___ LISTED ENTRIES

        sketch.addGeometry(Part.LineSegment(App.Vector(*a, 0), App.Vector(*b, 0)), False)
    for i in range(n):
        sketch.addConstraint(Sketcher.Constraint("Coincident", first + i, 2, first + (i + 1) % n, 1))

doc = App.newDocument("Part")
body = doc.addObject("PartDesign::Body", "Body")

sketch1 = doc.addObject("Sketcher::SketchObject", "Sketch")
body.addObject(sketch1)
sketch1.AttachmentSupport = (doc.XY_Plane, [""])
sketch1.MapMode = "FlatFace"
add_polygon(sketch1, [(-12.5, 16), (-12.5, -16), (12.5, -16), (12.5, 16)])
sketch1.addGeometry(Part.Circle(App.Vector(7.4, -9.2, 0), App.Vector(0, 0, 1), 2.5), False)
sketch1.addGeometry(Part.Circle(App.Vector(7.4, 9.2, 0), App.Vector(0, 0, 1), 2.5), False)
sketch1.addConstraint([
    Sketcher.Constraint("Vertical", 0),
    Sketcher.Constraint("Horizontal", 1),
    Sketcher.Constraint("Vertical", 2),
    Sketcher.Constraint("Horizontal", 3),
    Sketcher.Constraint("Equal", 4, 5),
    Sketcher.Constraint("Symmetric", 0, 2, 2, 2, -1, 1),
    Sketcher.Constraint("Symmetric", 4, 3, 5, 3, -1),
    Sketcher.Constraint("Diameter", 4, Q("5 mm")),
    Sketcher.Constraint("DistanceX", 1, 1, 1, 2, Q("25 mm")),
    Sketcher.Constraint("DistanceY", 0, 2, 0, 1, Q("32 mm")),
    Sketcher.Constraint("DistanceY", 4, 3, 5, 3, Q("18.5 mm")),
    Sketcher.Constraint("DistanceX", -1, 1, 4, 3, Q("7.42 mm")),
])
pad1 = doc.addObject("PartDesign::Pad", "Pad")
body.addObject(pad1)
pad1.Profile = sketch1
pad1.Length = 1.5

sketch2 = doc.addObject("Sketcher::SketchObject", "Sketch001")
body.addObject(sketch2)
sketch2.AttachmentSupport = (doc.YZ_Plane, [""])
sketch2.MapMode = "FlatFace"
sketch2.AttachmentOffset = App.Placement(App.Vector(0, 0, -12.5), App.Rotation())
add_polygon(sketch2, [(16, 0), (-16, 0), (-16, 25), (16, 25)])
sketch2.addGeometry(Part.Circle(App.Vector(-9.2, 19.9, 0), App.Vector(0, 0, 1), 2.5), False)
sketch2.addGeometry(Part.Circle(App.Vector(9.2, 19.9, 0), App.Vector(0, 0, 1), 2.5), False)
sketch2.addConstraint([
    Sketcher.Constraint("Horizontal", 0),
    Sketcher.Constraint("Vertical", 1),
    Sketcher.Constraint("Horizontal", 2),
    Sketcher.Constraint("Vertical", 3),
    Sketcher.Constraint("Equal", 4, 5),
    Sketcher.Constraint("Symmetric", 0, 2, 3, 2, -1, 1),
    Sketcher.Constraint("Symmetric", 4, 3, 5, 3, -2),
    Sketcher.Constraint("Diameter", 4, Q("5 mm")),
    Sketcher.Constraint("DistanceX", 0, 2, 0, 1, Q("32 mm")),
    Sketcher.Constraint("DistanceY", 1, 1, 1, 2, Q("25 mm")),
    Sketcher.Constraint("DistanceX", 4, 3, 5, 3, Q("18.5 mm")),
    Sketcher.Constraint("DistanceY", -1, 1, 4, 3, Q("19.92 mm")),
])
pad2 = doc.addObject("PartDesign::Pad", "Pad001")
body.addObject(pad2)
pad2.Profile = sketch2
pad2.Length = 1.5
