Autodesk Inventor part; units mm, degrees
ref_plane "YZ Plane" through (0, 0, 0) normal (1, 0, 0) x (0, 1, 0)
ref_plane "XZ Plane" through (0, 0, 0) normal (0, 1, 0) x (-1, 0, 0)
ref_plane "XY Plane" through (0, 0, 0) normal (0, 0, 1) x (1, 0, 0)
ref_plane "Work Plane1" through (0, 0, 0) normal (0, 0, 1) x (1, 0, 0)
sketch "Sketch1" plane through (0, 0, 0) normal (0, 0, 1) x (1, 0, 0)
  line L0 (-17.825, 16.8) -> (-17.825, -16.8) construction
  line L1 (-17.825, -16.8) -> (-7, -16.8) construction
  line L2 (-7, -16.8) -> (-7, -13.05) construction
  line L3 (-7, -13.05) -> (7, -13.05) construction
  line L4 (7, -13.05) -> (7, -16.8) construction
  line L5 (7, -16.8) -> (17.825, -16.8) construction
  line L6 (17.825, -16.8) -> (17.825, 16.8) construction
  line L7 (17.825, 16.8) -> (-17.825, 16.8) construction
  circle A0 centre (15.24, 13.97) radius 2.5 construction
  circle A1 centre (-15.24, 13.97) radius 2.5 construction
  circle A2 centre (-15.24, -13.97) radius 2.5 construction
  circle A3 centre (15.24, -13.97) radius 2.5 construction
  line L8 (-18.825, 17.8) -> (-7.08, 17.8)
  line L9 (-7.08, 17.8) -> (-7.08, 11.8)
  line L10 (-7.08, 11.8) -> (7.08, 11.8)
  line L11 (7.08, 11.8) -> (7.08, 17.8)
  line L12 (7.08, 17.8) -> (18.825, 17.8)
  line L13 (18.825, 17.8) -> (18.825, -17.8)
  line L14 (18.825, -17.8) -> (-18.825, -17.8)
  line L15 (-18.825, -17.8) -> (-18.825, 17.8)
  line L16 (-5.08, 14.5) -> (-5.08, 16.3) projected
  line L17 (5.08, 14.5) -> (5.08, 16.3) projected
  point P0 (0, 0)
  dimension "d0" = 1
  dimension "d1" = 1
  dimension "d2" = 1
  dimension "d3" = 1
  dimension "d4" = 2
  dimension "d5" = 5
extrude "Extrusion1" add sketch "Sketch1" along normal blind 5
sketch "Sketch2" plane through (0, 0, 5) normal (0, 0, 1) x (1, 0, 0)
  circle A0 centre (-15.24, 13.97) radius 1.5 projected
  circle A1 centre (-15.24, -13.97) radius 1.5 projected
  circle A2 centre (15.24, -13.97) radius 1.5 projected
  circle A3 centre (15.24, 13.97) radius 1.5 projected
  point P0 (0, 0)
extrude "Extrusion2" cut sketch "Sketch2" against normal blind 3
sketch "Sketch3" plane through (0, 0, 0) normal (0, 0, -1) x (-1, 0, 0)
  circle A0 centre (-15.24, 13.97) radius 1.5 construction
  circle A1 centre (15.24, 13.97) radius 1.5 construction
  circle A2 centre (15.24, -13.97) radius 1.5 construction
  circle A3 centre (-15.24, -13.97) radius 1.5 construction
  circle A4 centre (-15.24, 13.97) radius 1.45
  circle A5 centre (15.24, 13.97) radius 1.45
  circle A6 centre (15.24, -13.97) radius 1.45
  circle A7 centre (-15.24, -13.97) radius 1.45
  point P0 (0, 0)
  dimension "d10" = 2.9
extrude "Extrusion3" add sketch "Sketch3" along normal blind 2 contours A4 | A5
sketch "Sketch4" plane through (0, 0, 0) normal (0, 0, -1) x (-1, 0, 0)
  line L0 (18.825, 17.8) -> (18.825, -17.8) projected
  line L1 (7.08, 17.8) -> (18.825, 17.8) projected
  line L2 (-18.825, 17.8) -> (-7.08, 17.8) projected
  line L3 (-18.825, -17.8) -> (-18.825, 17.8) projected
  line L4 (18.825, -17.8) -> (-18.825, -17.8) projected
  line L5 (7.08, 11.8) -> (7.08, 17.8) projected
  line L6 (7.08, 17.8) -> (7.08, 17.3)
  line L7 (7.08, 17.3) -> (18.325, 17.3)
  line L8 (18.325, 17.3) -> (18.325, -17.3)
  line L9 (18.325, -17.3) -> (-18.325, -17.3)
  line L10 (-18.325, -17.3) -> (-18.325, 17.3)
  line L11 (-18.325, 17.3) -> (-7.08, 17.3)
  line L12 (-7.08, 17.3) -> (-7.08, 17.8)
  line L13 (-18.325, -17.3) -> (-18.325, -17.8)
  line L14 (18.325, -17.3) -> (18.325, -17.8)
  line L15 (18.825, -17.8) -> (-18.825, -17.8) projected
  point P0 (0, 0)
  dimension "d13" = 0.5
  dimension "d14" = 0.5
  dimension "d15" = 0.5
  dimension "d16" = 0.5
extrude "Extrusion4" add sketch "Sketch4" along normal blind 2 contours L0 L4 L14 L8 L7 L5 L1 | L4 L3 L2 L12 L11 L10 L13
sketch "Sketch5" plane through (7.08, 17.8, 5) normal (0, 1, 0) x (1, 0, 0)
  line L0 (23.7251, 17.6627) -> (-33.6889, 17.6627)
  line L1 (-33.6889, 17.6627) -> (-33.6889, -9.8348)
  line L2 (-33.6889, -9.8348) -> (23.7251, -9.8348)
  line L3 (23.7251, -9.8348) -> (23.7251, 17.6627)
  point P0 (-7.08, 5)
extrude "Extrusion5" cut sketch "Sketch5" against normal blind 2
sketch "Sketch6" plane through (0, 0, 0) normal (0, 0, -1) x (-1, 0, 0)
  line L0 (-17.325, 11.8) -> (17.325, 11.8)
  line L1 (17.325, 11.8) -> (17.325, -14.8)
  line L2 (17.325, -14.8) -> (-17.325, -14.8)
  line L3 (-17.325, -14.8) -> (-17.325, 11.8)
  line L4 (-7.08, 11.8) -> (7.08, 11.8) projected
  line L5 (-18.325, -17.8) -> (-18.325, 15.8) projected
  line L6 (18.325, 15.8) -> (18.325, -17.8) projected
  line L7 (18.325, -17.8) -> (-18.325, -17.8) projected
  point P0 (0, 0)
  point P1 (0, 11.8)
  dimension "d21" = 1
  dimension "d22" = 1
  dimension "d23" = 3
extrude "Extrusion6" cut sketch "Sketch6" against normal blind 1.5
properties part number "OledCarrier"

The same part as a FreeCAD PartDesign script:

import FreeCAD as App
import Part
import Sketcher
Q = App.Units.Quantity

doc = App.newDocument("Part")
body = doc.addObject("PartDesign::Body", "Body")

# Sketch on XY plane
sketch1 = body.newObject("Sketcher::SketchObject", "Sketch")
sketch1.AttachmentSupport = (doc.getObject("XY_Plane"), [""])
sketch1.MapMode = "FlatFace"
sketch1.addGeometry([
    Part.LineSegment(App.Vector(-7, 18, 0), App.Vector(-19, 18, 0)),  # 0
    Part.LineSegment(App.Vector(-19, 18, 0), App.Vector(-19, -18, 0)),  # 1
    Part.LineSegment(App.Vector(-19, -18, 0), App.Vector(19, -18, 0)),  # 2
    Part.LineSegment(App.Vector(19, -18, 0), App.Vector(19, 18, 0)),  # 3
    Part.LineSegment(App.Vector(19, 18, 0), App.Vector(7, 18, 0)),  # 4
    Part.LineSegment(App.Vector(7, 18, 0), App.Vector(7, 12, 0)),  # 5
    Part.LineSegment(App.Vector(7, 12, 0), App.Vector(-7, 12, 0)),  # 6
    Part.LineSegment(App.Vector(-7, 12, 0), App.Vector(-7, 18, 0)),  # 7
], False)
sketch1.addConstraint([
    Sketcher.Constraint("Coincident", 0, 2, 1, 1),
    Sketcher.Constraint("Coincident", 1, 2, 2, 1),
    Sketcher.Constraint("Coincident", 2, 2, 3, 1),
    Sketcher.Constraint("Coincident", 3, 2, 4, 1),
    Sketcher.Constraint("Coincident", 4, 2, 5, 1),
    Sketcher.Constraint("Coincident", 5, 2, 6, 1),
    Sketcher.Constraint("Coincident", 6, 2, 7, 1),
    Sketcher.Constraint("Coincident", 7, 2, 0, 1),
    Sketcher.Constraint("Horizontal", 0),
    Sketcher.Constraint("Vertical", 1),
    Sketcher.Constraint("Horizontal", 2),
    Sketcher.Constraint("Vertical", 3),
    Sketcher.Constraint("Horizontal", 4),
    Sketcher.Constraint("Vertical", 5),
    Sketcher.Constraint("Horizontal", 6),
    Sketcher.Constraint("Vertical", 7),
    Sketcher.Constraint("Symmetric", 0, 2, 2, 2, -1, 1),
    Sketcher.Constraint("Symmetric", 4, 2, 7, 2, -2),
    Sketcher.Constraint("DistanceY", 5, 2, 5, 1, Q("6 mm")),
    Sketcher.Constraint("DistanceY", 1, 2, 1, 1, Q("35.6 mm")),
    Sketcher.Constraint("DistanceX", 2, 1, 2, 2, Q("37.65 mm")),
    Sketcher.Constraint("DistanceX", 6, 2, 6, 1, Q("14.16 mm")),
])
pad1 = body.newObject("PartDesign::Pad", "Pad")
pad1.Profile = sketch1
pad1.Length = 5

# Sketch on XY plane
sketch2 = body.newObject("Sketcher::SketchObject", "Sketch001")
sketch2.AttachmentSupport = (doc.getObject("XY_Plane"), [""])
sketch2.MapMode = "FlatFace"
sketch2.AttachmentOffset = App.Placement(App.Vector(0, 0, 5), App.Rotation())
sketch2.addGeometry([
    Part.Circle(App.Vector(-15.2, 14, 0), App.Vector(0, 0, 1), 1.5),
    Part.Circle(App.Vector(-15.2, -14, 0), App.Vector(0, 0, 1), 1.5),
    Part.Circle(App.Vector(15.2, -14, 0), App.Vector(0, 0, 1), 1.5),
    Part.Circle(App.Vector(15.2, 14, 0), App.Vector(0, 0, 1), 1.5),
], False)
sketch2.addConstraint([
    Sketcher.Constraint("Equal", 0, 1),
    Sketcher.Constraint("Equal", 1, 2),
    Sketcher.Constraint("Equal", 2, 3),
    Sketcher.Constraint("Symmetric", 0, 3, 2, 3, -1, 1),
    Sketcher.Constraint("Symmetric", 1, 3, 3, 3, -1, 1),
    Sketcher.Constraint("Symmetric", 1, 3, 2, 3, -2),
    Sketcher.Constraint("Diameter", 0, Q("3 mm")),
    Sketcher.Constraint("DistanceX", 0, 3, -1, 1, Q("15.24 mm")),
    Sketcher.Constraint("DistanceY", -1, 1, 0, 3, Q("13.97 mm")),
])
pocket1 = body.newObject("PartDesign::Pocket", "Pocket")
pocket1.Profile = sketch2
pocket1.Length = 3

______
___ LISTED ENTRIES

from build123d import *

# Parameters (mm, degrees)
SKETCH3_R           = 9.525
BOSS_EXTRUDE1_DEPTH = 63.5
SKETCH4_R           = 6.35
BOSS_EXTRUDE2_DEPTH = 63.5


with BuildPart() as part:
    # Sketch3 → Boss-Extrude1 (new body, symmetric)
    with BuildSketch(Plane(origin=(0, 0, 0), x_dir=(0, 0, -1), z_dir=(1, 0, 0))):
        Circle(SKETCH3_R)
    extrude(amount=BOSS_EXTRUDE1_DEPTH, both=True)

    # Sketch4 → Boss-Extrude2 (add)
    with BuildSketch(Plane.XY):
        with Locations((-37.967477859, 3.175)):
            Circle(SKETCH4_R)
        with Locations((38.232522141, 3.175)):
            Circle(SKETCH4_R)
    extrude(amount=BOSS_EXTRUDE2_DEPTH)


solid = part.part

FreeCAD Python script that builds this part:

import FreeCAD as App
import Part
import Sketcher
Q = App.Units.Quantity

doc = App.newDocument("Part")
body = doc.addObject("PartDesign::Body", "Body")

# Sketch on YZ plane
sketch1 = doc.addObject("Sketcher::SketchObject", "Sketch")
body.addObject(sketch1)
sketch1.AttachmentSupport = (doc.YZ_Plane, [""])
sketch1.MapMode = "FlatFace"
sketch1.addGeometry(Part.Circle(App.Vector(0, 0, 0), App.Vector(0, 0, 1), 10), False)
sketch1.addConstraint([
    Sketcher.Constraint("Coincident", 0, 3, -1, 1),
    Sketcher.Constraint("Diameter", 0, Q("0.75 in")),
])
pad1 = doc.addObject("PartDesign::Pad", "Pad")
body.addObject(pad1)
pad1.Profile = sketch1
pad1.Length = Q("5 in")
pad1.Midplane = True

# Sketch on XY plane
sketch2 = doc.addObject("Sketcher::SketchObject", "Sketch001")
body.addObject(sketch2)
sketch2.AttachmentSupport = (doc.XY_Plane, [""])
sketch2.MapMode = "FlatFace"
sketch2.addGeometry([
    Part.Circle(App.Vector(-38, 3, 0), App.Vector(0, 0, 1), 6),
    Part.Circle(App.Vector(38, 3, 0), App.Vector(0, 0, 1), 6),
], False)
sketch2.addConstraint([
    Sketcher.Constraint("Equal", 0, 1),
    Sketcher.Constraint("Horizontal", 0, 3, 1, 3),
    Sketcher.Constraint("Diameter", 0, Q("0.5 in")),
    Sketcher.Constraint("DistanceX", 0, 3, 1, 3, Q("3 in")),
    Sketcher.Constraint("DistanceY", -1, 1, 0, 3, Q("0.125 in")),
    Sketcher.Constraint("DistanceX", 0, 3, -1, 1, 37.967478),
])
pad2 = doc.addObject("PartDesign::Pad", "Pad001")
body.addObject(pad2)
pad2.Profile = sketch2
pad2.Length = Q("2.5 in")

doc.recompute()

______

**WORK TO BE COMPLETED**
Word for word, restate the lines of the listing above starting at the line with "0) x (1, 0, 0)" and ending at the line with "line L1 (17.325, 11.8) -> (17.325, -14.8)", and nothing outside them.

**WRITTEN RESPONSE**
sketch "Sketch5" plane through (7.08, 17.8, 5) normal (0, 1, 0) x (1, 0, 0)
  line L0 (23.7251, 17.6627) -> (-33.6889, 17.6627)
  line L1 (-33.6889, 17.6627) -> (-33.6889, -9.8348)
  line L2 (-33.6889, -9.8348) -> (23.7251, -9.8348)
  line L3 (23.7251, -9.8348) -> (23.7251, 17.6627)
  point P0 (-7.08, 5)
extrude "Extrusion5" cut sketch "Sketch5" against normal blind 2
sketch "Sketch6" plane through (0, 0, 0) normal (0, 0, -1) x (-1, 0, 0)
  line L0 (-17.325, 11.8) -> (17.325, 11.8)
  line L1 (17.325, 11.8) -> (17.325, -14.8)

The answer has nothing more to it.